RAG · topic 11 of 13

REFRAG

Meta’s relevance-aware pipeline: compress chunks, RL-filter, selectively expand before the decoder.

RAG vs REFRAG

RAGs involve similarity matching between the query vector and the vectors of the additional documents. However, questions are structurally very diﬀerent from answers. Typical RAG systems are well-suited only for lookup-based question-answering systems. For instance, we cannot build a RAG pipeline to summarize the additional data. The LLM never gets info about all the documents in its prompt because the similarity matching step only retrieves top matches. So, it’s pretty clear that RAG has both pros and cons.

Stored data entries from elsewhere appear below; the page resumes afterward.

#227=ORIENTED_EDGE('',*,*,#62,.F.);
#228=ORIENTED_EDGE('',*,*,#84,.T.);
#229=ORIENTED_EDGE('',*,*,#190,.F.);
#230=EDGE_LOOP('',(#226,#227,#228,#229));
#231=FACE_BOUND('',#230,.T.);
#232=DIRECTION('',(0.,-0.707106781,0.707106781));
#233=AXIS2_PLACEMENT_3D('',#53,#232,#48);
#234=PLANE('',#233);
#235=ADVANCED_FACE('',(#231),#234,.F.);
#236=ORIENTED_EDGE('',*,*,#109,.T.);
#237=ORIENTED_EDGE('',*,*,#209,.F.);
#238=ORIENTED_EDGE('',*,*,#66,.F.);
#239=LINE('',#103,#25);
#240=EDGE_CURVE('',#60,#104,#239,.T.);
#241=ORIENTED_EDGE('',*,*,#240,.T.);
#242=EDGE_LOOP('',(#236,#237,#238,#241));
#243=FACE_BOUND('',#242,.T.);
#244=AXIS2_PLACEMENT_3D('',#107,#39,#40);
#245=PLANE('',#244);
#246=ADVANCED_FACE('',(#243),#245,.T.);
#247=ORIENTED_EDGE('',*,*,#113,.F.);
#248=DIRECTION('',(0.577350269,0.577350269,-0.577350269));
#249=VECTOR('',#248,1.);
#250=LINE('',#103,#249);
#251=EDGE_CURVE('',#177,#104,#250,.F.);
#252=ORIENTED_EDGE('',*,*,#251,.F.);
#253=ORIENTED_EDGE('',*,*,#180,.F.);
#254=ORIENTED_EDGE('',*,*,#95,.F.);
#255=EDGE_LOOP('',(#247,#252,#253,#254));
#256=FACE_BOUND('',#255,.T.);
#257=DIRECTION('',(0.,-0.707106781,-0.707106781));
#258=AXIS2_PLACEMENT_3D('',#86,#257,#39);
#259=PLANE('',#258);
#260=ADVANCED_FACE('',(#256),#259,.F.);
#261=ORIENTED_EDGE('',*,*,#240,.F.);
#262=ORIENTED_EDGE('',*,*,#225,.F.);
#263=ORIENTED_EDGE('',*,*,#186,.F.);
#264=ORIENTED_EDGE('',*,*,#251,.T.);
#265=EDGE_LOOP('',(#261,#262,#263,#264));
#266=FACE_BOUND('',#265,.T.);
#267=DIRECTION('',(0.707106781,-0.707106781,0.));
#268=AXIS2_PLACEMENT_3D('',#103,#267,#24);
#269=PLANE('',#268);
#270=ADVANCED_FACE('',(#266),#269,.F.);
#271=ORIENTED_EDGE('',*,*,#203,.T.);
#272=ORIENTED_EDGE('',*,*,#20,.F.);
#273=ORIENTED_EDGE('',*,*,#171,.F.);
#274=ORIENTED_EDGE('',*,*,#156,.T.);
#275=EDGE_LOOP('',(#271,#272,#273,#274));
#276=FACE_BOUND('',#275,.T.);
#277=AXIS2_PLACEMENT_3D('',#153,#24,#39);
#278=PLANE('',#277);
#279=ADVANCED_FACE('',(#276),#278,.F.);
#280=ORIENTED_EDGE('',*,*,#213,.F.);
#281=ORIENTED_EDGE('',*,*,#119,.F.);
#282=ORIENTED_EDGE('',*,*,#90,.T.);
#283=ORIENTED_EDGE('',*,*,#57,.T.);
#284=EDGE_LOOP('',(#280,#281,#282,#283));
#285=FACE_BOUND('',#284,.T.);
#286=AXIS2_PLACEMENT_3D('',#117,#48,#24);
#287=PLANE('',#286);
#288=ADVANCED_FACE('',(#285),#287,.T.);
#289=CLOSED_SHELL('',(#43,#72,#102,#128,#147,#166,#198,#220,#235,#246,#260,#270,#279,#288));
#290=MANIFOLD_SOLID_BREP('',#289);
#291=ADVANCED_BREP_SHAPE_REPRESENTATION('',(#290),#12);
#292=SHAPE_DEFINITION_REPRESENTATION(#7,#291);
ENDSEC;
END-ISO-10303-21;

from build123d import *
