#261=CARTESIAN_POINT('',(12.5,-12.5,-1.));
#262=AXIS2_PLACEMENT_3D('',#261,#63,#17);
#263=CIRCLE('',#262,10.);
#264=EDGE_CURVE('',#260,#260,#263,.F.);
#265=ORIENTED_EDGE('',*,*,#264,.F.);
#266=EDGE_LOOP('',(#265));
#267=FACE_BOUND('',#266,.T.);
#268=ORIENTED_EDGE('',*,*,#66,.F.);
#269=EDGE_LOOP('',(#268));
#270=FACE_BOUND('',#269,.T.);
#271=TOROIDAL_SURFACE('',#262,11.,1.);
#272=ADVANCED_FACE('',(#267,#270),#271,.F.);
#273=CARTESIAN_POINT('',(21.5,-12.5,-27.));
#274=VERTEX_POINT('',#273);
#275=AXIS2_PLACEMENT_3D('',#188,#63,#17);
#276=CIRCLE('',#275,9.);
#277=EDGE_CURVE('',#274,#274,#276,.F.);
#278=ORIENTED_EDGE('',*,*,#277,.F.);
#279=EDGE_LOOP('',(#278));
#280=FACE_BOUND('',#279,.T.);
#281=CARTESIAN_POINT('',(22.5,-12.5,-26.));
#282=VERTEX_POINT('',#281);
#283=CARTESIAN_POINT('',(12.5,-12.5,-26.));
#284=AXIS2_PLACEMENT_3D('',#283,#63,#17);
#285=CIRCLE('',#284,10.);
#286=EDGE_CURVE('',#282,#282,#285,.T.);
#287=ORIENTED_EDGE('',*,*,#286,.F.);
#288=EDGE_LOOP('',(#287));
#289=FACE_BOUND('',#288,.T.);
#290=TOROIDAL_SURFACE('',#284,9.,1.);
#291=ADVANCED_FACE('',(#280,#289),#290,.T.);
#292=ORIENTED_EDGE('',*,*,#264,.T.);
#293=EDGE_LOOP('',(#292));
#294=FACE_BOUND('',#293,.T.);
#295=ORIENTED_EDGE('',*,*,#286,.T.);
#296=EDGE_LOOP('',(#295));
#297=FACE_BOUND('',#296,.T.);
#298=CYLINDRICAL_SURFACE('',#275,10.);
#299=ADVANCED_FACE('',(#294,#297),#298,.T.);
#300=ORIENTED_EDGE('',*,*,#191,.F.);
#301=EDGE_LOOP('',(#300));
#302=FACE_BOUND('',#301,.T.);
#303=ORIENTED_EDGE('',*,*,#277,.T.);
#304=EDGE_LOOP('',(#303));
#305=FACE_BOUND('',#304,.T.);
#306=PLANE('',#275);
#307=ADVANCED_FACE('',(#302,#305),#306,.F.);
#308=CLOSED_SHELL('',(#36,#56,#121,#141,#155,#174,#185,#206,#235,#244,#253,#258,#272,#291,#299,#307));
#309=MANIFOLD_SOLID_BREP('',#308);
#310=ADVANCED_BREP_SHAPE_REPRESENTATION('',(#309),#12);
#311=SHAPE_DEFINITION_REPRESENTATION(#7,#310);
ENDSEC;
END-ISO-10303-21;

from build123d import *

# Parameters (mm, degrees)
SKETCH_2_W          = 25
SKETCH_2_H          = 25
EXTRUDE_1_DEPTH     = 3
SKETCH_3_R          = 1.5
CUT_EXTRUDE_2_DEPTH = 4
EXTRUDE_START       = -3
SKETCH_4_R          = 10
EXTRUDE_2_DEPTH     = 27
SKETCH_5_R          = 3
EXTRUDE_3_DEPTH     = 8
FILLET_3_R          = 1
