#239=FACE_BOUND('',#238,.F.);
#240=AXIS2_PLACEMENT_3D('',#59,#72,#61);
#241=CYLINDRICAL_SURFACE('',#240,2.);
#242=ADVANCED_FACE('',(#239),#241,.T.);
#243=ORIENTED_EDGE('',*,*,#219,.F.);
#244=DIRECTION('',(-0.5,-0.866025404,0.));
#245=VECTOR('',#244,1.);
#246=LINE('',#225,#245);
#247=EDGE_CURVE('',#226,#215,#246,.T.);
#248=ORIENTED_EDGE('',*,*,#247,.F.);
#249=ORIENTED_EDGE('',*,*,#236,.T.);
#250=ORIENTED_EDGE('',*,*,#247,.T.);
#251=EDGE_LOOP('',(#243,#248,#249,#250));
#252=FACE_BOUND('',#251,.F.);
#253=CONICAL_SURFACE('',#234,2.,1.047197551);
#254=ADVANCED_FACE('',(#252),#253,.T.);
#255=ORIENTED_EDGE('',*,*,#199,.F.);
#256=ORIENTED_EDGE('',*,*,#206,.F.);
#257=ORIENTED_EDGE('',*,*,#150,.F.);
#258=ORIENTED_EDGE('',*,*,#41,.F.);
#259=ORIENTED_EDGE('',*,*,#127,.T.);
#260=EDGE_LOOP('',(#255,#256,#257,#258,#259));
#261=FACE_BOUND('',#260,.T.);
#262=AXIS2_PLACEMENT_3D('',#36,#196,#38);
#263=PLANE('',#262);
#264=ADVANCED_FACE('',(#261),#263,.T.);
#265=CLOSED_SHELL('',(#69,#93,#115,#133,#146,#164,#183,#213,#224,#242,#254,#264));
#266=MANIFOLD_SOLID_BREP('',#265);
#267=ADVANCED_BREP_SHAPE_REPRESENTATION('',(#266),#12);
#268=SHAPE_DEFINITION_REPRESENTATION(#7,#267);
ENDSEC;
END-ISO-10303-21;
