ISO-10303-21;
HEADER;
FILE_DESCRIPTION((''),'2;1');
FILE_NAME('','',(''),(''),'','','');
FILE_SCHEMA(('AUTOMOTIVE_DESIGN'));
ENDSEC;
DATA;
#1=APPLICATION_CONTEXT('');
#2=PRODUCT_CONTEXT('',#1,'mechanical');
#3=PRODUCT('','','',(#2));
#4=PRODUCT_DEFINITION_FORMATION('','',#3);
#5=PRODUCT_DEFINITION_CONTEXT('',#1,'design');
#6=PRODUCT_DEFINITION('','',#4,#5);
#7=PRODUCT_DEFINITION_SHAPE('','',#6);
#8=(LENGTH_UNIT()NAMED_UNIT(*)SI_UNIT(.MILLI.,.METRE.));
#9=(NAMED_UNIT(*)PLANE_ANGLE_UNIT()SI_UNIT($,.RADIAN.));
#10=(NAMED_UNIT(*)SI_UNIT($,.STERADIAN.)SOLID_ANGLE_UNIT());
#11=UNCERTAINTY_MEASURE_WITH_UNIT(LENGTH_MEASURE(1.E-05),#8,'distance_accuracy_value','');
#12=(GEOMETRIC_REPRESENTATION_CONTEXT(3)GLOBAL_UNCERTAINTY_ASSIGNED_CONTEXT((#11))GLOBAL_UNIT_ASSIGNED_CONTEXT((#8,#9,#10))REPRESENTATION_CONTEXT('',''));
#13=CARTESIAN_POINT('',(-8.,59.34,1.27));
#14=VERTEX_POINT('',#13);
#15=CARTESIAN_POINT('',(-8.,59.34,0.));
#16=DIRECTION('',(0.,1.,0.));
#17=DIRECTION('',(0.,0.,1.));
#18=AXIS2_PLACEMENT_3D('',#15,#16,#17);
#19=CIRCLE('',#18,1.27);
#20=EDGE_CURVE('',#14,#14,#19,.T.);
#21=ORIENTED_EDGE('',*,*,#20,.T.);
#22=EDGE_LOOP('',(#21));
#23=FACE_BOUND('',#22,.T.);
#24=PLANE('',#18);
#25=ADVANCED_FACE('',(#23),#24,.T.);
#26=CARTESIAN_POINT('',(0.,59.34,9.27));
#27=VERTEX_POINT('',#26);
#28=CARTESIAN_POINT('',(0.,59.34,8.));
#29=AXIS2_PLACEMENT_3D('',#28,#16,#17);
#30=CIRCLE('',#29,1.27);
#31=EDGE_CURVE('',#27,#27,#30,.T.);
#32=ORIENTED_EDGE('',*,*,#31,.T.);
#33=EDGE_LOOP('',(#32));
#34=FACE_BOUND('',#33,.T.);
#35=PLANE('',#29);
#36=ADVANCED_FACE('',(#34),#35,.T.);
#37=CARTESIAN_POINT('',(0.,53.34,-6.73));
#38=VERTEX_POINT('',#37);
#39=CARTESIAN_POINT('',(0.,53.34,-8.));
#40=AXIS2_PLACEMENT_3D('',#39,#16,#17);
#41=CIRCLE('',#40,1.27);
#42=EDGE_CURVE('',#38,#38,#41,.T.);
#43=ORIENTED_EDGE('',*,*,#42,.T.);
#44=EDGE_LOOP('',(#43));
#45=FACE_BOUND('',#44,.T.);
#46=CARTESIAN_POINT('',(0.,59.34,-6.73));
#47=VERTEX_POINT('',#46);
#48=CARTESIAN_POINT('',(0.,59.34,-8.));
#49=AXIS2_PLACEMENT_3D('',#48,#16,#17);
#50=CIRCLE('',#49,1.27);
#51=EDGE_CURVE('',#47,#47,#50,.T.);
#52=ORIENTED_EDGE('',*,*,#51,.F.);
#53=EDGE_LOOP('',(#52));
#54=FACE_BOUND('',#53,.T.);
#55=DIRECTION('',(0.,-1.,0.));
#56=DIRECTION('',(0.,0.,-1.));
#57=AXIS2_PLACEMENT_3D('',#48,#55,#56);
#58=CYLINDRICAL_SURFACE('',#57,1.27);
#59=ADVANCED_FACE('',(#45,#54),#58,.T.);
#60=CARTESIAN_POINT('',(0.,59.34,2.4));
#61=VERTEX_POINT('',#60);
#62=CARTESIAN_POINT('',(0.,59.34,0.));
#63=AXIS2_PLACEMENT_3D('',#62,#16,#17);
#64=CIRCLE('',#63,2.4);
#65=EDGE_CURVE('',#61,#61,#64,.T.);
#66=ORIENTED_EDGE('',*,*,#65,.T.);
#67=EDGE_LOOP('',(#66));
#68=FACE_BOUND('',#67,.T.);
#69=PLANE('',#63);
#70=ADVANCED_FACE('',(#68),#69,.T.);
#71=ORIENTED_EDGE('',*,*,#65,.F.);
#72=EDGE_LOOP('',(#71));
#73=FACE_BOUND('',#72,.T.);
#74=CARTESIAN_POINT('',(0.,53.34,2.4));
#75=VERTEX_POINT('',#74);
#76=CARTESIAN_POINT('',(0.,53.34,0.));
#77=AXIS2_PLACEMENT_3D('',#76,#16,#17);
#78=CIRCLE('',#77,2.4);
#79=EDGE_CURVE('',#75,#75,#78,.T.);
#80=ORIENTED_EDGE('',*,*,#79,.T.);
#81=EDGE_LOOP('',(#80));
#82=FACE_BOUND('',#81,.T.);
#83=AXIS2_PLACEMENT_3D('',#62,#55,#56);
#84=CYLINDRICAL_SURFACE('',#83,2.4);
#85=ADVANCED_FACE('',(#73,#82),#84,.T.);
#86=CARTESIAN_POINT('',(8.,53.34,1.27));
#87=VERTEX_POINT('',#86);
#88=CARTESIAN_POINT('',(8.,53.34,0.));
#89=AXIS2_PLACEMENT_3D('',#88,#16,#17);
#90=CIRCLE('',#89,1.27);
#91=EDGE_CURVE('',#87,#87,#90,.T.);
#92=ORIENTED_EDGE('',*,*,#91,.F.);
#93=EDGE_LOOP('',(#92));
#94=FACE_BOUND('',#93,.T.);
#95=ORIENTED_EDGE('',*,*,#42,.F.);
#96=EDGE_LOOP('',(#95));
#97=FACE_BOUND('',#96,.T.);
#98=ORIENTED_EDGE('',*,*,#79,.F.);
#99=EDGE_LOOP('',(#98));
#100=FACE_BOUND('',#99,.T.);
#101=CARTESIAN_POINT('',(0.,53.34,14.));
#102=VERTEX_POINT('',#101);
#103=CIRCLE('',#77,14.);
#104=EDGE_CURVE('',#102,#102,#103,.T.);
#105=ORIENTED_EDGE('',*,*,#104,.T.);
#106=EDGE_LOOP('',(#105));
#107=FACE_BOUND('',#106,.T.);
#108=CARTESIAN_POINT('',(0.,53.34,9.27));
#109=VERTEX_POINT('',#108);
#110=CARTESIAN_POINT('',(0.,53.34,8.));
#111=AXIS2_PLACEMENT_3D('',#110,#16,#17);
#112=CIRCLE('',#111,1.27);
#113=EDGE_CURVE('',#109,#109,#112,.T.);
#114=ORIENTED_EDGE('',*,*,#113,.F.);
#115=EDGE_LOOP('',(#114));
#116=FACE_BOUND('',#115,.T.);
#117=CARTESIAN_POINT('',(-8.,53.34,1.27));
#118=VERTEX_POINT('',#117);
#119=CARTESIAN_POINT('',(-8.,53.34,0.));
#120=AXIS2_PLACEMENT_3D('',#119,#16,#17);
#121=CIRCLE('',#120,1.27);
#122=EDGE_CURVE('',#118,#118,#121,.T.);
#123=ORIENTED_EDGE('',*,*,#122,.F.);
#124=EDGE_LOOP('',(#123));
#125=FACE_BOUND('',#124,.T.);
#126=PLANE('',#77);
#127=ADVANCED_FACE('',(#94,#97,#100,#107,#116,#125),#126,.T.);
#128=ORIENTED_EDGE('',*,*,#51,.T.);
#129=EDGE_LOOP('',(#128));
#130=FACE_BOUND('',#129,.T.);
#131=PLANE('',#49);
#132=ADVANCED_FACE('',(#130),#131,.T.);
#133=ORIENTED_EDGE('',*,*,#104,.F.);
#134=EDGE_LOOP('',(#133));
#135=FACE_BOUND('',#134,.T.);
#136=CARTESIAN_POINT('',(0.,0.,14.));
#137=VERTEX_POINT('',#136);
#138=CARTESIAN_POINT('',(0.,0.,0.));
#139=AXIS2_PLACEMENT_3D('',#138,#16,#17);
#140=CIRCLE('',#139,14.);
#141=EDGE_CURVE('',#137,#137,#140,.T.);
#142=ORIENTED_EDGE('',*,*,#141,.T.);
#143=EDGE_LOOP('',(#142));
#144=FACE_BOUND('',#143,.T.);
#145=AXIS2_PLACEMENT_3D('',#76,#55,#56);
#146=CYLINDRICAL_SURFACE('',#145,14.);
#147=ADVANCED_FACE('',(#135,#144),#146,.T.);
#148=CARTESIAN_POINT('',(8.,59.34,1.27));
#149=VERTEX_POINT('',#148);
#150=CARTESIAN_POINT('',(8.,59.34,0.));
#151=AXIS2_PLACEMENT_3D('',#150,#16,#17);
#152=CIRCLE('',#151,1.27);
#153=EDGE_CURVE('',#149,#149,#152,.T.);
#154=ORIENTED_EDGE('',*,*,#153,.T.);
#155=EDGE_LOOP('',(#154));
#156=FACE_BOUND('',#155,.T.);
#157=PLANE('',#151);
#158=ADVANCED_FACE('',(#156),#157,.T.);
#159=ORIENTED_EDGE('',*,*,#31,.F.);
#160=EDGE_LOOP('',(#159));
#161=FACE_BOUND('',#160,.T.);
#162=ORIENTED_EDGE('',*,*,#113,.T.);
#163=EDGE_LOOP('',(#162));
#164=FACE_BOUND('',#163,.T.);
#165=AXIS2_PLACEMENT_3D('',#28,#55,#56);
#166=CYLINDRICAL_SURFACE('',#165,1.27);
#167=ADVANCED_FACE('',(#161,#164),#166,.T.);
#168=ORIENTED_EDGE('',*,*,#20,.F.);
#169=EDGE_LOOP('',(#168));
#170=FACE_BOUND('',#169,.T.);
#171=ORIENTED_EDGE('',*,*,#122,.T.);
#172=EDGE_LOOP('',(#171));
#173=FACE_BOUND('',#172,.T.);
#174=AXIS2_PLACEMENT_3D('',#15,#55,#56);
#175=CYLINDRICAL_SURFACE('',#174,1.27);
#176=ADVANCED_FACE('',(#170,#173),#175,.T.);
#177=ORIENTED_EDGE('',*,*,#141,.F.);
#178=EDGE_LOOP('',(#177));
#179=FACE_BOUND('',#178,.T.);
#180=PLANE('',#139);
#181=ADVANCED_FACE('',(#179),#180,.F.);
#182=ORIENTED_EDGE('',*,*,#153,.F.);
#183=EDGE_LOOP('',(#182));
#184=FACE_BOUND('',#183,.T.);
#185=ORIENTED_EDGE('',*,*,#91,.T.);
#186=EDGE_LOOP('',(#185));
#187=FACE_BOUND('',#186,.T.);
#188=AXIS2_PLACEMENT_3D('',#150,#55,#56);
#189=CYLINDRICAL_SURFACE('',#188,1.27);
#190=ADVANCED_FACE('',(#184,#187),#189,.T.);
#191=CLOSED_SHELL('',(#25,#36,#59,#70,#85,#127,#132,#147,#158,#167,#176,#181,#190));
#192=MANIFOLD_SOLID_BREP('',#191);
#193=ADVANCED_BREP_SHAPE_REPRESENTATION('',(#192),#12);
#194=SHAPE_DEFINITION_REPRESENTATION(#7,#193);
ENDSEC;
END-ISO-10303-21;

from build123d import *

# Parameters (mm, degrees)
SKETCH1_R           = 14
BOSS_EXTRUDE1_DEPTH = 53.34
SKETCH2_R           = 2.4
SKETCH2_R_2         = 1.27
BOSS_EXTRUDE2_DEPTH = 6


with BuildPart() as part:
    # Sketch1 → Boss-Extrude1 (new body)
    with BuildSketch(Plane(origin=(0, 0, 0), x_dir=(1, 0, 0), z_dir=(0, 1, 0))):
        with Locations(Location((0, 0, 0), (0, 0, 270))):
            Circle(SKETCH1_R)
    extrude(amount=BOSS_EXTRUDE1_DEPTH)

    # Sketch2 → Boss-Extrude2 (add)
    with BuildSketch(Plane(origin=(0, 53.34, 0), x_dir=(1, 0, 0), z_dir=(0, 1, 0))):
        with Locations(Location((0, 0, 0), (0, 0, 270))):
            Circle(SKETCH2_R)
        with Locations(Location((8, 0, 0), (0, 0, 270))):
            Circle(SKETCH2_R_2)
        with Locations(Location((0, -8, 0), (0, 0, 270))):
            Circle(SKETCH2_R_2)
        with Locations(Location((-8, 0, 0), (0, 0, 270))):
            Circle(SKETCH2_R_2)
        with Locations(Location((0, 8, 0), (0, 0, 270))):
            Circle(SKETCH2_R_2)
    extrude(amount=BOSS_EXTRUDE2_DEPTH)


solid = part.part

● We never have to ﬁne-tune the model, which saves a lot of computing power.

● But this also limits the applicability to speciﬁc types of systems.

RAG vs REFRAG

Most of what we retrieve in RAG setups never actually helps the LLM. As discussed earlier, in classic RAG, when a query arrives:

● You encode it into a vector.

● Fetch similar chunks from vector DB.

● Dump the retrieved context into the LLM.

It typically works, but at a huge cost:

● Most chunks contain irrelevant text.

● The LLM has to process far more tokens.

● You pay for compute, latency, and context.

That’s the exact problem Meta AI’s new method REFRAG solves. It fundamentally rethinks retrieval and the diagram below explains how it works.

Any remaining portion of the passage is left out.